The required output is the exact run of lines below that opens at the line with "f 259 224 260" and closes at the line with "f 297 300 335".
▼
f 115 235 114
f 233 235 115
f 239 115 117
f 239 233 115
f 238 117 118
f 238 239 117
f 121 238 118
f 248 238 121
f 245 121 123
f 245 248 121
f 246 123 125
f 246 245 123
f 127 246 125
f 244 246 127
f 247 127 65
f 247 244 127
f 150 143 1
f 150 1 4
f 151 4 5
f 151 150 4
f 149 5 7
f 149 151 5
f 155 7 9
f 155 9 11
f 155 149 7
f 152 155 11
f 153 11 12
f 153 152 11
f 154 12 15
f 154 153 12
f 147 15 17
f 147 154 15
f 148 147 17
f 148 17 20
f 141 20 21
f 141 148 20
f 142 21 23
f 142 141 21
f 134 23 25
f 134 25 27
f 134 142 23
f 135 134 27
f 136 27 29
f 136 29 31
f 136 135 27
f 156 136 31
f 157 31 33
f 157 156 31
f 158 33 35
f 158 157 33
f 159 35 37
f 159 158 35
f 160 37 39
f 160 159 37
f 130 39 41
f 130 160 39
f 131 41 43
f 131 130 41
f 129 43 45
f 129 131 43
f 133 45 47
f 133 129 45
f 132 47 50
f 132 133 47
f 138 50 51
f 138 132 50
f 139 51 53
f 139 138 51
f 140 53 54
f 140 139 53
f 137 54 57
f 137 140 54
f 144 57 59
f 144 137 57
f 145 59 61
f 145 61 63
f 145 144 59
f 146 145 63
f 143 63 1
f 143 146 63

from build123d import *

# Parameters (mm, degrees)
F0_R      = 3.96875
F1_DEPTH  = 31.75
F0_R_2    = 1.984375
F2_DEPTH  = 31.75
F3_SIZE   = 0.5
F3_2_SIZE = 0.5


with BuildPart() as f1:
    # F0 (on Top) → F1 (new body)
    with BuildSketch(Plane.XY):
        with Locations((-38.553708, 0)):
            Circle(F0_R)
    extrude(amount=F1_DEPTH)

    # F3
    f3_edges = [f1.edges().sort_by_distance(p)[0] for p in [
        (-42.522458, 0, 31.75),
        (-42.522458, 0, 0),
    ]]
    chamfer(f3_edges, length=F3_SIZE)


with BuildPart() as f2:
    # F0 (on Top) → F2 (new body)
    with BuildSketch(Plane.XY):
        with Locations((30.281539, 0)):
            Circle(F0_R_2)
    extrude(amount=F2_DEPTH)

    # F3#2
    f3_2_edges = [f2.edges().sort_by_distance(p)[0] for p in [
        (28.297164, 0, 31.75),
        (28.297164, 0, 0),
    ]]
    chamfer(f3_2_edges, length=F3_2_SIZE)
▲
▼
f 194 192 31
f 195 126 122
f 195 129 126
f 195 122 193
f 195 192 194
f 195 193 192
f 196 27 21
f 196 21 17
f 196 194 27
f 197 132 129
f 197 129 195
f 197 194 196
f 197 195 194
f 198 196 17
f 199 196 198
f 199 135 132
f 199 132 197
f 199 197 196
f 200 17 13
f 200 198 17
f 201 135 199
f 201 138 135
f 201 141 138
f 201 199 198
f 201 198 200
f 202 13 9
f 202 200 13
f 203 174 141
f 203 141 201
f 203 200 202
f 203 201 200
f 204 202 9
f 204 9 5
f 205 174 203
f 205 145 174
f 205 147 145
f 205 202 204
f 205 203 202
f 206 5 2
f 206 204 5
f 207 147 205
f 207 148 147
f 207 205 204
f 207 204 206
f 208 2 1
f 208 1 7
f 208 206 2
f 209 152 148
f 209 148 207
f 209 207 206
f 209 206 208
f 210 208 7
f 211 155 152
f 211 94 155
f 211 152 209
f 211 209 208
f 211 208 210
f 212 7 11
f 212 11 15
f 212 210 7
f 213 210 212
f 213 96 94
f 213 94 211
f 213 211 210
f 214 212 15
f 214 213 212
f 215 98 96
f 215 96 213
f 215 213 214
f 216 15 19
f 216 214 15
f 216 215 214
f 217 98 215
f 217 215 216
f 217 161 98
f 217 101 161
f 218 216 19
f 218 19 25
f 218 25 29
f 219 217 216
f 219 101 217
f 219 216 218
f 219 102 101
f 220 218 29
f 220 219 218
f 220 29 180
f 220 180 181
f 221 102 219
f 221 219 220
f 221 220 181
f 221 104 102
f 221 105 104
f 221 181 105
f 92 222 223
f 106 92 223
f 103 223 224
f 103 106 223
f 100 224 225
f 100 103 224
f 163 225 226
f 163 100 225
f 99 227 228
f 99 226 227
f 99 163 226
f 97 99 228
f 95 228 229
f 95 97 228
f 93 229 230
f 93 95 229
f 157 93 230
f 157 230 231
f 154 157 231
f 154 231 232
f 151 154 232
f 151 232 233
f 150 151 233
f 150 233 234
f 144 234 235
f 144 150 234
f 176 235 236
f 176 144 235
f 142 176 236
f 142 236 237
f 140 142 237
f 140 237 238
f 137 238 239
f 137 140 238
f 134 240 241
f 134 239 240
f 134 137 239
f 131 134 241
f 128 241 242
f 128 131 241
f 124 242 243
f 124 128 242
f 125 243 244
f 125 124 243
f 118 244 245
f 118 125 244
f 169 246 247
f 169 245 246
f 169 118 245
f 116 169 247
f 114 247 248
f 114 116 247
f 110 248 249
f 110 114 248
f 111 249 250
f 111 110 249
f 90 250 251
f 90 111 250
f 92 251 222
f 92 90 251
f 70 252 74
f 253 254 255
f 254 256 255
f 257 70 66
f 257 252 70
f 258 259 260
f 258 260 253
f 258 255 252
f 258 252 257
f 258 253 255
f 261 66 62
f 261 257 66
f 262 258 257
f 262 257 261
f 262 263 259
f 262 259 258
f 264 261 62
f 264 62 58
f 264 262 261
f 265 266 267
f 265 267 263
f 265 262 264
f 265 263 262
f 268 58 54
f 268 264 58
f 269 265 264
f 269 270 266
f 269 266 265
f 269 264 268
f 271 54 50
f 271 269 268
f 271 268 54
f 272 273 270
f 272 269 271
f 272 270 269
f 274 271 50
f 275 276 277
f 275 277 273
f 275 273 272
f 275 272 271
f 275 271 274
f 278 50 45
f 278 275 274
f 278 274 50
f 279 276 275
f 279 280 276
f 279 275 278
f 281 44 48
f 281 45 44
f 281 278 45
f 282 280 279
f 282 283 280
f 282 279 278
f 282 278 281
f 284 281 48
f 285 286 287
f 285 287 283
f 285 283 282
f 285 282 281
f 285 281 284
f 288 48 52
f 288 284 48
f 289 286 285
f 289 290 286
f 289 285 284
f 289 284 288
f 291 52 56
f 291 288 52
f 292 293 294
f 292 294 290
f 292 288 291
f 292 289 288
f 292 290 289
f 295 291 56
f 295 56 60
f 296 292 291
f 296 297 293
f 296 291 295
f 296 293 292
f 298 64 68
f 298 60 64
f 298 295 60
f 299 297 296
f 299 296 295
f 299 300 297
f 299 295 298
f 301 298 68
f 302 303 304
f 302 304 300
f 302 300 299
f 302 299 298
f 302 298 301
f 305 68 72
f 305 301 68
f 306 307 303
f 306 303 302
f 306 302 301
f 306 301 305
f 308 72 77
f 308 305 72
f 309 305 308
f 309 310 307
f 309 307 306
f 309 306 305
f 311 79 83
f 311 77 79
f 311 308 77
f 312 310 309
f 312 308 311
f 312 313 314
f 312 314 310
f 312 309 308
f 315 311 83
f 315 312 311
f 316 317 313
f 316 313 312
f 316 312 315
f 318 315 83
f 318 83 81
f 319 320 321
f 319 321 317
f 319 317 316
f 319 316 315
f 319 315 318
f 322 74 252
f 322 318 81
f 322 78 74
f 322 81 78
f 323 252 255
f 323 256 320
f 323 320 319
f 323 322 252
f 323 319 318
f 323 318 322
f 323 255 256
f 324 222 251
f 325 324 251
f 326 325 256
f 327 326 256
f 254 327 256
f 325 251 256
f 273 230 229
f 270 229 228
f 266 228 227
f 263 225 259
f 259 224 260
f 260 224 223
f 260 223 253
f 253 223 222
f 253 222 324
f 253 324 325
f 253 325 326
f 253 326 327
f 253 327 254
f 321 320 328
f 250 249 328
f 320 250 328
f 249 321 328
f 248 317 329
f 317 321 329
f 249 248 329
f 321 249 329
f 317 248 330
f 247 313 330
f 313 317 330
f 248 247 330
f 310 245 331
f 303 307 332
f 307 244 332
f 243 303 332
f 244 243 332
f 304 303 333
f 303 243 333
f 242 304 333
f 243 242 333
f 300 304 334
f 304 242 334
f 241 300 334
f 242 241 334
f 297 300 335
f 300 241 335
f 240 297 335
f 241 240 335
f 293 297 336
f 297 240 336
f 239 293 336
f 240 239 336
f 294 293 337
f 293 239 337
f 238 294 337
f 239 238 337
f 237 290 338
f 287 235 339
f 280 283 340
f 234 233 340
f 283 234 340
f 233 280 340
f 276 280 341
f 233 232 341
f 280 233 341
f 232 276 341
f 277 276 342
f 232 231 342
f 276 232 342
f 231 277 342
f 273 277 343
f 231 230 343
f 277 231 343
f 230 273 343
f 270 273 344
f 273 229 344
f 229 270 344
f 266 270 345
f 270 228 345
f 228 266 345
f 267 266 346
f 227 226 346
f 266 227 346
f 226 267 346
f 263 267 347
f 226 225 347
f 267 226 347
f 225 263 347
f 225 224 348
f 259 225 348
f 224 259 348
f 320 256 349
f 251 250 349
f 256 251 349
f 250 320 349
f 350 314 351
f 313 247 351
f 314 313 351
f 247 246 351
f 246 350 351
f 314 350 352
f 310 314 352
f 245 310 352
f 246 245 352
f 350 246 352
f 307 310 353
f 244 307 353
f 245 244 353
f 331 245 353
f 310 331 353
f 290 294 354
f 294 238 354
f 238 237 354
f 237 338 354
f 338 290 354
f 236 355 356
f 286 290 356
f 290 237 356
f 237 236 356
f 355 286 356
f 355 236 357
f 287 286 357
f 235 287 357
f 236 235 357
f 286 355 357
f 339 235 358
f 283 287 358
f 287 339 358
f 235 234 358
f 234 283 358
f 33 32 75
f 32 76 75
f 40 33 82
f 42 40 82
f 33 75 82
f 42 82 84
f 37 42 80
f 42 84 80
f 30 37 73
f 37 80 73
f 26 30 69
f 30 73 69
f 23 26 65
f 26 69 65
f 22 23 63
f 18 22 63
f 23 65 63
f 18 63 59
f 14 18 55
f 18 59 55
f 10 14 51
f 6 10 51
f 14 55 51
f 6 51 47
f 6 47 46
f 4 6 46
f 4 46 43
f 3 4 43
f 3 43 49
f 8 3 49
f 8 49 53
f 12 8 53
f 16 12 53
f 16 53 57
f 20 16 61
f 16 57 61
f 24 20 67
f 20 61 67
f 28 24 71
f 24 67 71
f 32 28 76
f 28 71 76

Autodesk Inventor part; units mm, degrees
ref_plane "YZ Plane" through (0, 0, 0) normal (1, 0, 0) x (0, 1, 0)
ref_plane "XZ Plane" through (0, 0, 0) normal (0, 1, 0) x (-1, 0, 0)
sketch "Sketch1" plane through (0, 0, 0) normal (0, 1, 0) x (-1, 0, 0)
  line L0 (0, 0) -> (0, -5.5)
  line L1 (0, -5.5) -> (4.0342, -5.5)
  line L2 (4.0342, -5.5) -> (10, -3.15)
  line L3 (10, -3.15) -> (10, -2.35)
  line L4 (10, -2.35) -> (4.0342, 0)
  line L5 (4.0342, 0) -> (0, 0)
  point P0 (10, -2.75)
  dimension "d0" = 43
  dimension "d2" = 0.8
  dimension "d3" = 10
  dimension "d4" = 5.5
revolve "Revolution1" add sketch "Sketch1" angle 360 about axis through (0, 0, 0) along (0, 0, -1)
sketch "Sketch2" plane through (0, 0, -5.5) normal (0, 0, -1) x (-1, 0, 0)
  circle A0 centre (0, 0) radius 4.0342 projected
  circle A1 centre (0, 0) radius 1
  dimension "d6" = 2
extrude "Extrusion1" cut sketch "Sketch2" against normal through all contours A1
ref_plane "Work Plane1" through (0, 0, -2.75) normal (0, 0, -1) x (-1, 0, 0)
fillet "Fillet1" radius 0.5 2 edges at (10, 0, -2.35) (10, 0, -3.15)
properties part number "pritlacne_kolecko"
▲
▼
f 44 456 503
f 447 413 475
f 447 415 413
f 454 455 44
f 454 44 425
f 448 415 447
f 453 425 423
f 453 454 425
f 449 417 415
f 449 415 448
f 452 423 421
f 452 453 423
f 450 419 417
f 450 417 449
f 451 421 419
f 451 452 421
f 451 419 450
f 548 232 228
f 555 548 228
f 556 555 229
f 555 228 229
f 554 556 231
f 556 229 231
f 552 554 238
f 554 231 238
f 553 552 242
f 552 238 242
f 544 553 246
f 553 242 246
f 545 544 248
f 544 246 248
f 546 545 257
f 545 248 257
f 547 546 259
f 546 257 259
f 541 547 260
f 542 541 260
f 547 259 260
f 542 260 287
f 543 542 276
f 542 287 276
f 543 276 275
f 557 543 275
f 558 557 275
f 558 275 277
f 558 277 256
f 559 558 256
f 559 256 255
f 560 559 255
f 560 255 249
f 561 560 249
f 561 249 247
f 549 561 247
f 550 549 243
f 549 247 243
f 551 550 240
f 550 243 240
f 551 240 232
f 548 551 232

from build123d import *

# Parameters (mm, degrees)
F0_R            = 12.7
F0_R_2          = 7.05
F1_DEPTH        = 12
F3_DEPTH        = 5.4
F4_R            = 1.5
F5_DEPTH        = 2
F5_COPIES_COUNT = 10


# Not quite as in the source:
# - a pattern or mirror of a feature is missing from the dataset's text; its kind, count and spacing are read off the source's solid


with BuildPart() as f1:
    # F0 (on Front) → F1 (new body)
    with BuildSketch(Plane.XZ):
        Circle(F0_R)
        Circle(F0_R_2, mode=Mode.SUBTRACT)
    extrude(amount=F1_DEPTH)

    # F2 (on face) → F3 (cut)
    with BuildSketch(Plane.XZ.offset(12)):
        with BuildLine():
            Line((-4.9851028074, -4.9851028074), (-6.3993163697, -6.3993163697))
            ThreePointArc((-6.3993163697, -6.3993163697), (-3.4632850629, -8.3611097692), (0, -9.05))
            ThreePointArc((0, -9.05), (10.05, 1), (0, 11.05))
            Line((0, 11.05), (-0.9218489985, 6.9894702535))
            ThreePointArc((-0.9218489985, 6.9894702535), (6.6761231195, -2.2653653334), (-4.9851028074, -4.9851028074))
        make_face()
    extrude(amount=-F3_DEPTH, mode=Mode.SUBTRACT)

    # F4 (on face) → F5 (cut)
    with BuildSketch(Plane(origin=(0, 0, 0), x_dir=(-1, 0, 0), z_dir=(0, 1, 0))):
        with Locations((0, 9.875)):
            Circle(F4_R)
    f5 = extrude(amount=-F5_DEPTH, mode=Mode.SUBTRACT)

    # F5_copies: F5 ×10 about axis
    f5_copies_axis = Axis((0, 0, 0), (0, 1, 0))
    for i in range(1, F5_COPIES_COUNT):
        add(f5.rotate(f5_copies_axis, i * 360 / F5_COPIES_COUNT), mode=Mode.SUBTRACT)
▲
▶ [Solution below]
f 259 224 260
f 260 224 223
f 260 223 253
f 253 223 222
f 253 222 324
f 253 324 325
f 253 325 326
f 253 326 327
f 253 327 254
f 321 320 328
f 250 249 328
f 320 250 328
f 249 321 328
f 248 317 329
f 317 321 329
f 249 248 329
f 321 249 329
f 317 248 330
f 247 313 330
f 313 317 330
f 248 247 330
f 310 245 331
f 303 307 332
f 307 244 332
f 243 303 332
f 244 243 332
f 304 303 333
f 303 243 333
f 242 304 333
f 243 242 333
f 300 304 334
f 304 242 334
f 241 300 334
f 242 241 334
f 297 300 335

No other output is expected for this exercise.